[Opening EXTRACTED DATA section]

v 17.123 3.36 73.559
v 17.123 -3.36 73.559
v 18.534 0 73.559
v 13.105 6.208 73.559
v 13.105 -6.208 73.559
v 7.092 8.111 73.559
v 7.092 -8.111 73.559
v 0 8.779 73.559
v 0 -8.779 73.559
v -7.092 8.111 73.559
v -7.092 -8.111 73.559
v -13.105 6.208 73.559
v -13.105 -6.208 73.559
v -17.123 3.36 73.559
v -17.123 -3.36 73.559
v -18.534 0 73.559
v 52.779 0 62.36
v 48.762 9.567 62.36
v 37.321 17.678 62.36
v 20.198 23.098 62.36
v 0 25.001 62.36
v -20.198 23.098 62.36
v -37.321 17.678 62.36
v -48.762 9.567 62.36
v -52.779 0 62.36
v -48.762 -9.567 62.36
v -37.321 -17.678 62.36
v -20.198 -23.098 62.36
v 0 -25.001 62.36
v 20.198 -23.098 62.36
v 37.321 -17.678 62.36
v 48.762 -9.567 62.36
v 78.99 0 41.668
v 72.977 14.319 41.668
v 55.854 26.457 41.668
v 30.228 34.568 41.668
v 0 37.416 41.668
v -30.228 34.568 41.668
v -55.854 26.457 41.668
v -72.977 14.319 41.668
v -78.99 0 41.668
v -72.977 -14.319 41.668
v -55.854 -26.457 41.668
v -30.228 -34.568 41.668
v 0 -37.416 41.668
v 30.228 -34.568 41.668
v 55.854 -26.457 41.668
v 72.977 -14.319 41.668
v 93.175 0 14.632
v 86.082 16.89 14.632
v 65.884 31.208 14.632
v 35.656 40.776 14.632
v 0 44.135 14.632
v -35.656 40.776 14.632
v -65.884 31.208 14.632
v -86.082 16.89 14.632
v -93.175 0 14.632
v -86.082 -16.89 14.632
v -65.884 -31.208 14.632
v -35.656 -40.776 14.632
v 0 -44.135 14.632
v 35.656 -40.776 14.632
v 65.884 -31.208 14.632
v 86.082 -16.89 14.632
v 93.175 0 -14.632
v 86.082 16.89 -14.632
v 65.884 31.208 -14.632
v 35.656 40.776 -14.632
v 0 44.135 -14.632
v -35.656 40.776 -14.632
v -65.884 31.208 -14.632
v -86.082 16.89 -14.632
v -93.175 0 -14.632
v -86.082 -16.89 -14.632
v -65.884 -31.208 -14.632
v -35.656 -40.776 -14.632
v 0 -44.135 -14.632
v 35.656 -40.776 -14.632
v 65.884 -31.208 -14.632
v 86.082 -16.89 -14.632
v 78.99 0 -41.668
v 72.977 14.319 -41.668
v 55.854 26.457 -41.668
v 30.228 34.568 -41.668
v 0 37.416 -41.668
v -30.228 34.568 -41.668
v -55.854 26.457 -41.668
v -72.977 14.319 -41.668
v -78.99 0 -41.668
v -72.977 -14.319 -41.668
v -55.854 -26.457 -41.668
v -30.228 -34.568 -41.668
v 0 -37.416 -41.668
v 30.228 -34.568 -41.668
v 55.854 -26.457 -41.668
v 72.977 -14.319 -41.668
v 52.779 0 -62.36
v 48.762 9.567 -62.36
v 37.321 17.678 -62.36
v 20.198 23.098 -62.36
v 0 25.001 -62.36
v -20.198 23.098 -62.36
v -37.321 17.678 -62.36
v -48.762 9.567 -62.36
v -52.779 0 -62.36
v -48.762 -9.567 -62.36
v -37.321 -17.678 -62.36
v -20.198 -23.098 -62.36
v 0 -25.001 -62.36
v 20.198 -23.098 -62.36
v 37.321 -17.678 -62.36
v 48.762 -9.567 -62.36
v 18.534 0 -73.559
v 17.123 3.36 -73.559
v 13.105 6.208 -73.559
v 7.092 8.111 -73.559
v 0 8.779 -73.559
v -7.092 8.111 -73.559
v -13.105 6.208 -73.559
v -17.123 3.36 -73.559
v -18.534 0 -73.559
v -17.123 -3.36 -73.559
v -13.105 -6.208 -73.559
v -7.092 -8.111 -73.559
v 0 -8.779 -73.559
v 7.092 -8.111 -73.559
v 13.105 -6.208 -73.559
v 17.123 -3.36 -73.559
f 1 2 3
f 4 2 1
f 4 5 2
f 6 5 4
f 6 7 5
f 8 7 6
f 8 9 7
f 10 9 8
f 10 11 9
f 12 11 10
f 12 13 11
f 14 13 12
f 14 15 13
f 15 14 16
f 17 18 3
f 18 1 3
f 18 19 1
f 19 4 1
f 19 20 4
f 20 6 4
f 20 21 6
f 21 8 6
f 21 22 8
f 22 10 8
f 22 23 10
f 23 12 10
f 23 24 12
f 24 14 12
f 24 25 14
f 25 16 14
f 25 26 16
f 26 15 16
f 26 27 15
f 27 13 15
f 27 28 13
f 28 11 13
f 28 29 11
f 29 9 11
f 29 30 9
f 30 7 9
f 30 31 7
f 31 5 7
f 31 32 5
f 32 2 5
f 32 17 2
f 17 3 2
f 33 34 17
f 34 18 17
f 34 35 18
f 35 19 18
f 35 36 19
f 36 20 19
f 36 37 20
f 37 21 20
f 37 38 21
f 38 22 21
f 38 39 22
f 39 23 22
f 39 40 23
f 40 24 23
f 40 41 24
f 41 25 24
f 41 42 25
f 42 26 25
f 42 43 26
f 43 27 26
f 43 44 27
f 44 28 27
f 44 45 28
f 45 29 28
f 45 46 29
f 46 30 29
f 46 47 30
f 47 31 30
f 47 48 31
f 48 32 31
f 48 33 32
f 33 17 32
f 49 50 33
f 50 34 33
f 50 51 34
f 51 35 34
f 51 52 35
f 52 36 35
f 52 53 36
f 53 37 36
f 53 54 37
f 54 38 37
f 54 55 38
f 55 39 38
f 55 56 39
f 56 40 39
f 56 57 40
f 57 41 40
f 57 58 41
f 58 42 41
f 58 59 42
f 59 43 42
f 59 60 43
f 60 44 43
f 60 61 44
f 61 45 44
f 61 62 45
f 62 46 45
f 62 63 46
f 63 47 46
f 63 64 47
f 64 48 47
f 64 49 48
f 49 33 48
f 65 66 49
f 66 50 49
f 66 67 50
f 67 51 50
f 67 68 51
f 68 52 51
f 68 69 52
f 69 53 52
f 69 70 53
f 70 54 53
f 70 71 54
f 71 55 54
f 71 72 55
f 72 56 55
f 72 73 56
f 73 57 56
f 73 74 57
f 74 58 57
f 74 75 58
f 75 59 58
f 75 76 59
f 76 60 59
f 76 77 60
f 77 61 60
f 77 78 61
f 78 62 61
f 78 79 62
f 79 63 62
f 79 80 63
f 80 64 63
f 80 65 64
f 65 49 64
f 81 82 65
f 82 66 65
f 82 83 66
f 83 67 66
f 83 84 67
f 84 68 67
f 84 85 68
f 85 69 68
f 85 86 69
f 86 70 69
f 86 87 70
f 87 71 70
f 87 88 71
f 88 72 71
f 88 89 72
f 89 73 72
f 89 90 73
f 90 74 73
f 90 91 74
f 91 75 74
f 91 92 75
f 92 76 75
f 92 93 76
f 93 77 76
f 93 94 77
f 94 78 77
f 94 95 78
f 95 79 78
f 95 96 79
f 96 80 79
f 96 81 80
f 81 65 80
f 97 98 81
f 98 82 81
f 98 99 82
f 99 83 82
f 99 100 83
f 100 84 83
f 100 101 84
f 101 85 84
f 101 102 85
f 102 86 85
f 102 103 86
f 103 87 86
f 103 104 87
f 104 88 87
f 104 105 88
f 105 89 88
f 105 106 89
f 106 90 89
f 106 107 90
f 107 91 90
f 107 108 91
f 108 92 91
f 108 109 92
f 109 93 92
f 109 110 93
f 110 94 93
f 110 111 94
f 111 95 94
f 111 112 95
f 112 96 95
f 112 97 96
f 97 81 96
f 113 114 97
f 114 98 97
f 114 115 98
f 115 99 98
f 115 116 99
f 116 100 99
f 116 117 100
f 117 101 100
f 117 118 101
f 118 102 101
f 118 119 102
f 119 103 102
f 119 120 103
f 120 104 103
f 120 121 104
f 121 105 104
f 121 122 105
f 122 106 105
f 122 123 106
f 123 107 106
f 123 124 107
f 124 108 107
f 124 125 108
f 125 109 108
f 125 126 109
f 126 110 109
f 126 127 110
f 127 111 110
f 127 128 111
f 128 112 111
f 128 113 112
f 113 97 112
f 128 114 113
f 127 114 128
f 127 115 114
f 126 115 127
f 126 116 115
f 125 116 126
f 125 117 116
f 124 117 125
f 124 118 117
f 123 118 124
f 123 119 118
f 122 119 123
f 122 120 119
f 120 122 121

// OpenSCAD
// Generated by SolidPython 1.0.1 on 2020-07-29 00:46:54


scale(v = [19, 9, 15]) {
	sphere(r = 5);
}
/***********************************************
*********      SolidPython code:      **********
************************************************
 
# import packages: SolidPython
from solid import *
from solid.utils import *
from itertools import chain, combinations, permutations


class Resize:

    def __init__(self, scad_file):
        self.scad_file = scad_file
        #self.scad_file = import_scad(scad_file)
        # cone/cylinder param:
        self.r1 = 0
        self.r2 = 0
        self.h = 0
        # rectangular prism param:
        self.w = 0
        self.l = 0
        # ellipse param:
        self.r = 0

    # import OpenScad code (file name corresponds to shape)


    # classify shape + parameters
    def assign(self, param1, param2, param3):
        if self.scad_file == 'cone.scad':
            self.r1 = param1
            self.r2 = param2
            self.h = param3
        elif self.scad_file == 'cylinder.scad':
            self.r1 = param1
            self.r2 = param2
            self.h = param3
        elif self.scad_file == 'rectangularPrism.scad':
            self.h = param1
            self.l = param2
            self.w = param3
        else:
            self.r = param1
            self.h = param2

    # resize parameters
    def iterate(self):
        x = range(3, 20, 2)
        i = 1
        if self.scad_file == 'cone.scad':
            tempList = list(permutations(x, 2))
            for temp in tempList:
                param1 = temp[0]
                param2 = temp[1]
                filepath = 'produced_scad_files/' + 'cone' + str(param1) + '_' + str(param2) + '_' + '.scad'
                scad_render_to_file(cylinder(h=param1, r1=param2, r2=0), filepath)

        elif self.scad_file == 'cylinder.scad':
            tempList = list(permutations(x, 3))
            for temp in tempList:
                param1 = temp[0]
                param2 = temp[1]
                filepath = 'produced_scad_files/' + 'cylinder' + str(param1) + '_' + str(param2) + '_' + '.scad'
                scad_render_to_file(cylinder(h=param1, r1=param2, r2=param2), filepath)

        elif self.scad_file == 'rectangularPrism.scad':
            tempList = list(permutations(x, 3))
            for temp in tempList:
                param1 = temp[0]
                param2 = temp[1]
                param3 = temp[2]
                filepath = 'produced_scad_files/' + 'rectangularPrism' + str(param1) + '_' + str(param2) + '_' + str(
                    param3) + '.scad'
                scad_render_to_file(cube(size=(param1, param2, param3)), filepath)

        elif self.scad_file == 'ellipse.scad':
            tempList = list(permutations(x, 4))
            for temp in tempList:
                param1 = temp[0]
                param2 = temp[1]
                param3 = temp[2]
                param4 = temp[3]
                filepath = 'produced_scad_files/' + 'ellipse' + str(param1) + '_' + str(param2) + '_' + str(param3) + '_' + str(param4) + '.scad'
                scad_render_to_file(scale([param1, param2, param3])(sphere(r=param4)), filepath)

    def render_to_scadfile(self):
        scad_render_to_file(scad, 'example.scad') 
 
************************************************/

[Closing EXTRACTED DATA section]

▶ [WHAT IS EXPECTED]:
Everything above from the line containing "v 0 -44.135 14.632" down to the line containing "v 0 37.416 -41.668" should be copied exactly, both end lines included, and nothing else.

▶ [EXPECTED ANSWER]:
v 0 -44.135 14.632
v 35.656 -40.776 14.632
v 65.884 -31.208 14.632
v 86.082 -16.89 14.632
v 93.175 0 -14.632
v 86.082 16.89 -14.632
v 65.884 31.208 -14.632
v 35.656 40.776 -14.632
v 0 44.135 -14.632
v -35.656 40.776 -14.632
v -65.884 31.208 -14.632
v -86.082 16.89 -14.632
v -93.175 0 -14.632
v -86.082 -16.89 -14.632
v -65.884 -31.208 -14.632
v -35.656 -40.776 -14.632
v 0 -44.135 -14.632
v 35.656 -40.776 -14.632
v 65.884 -31.208 -14.632
v 86.082 -16.89 -14.632
v 78.99 0 -41.668
v 72.977 14.319 -41.668
v 55.854 26.457 -41.668
v 30.228 34.568 -41.668
v 0 37.416 -41.668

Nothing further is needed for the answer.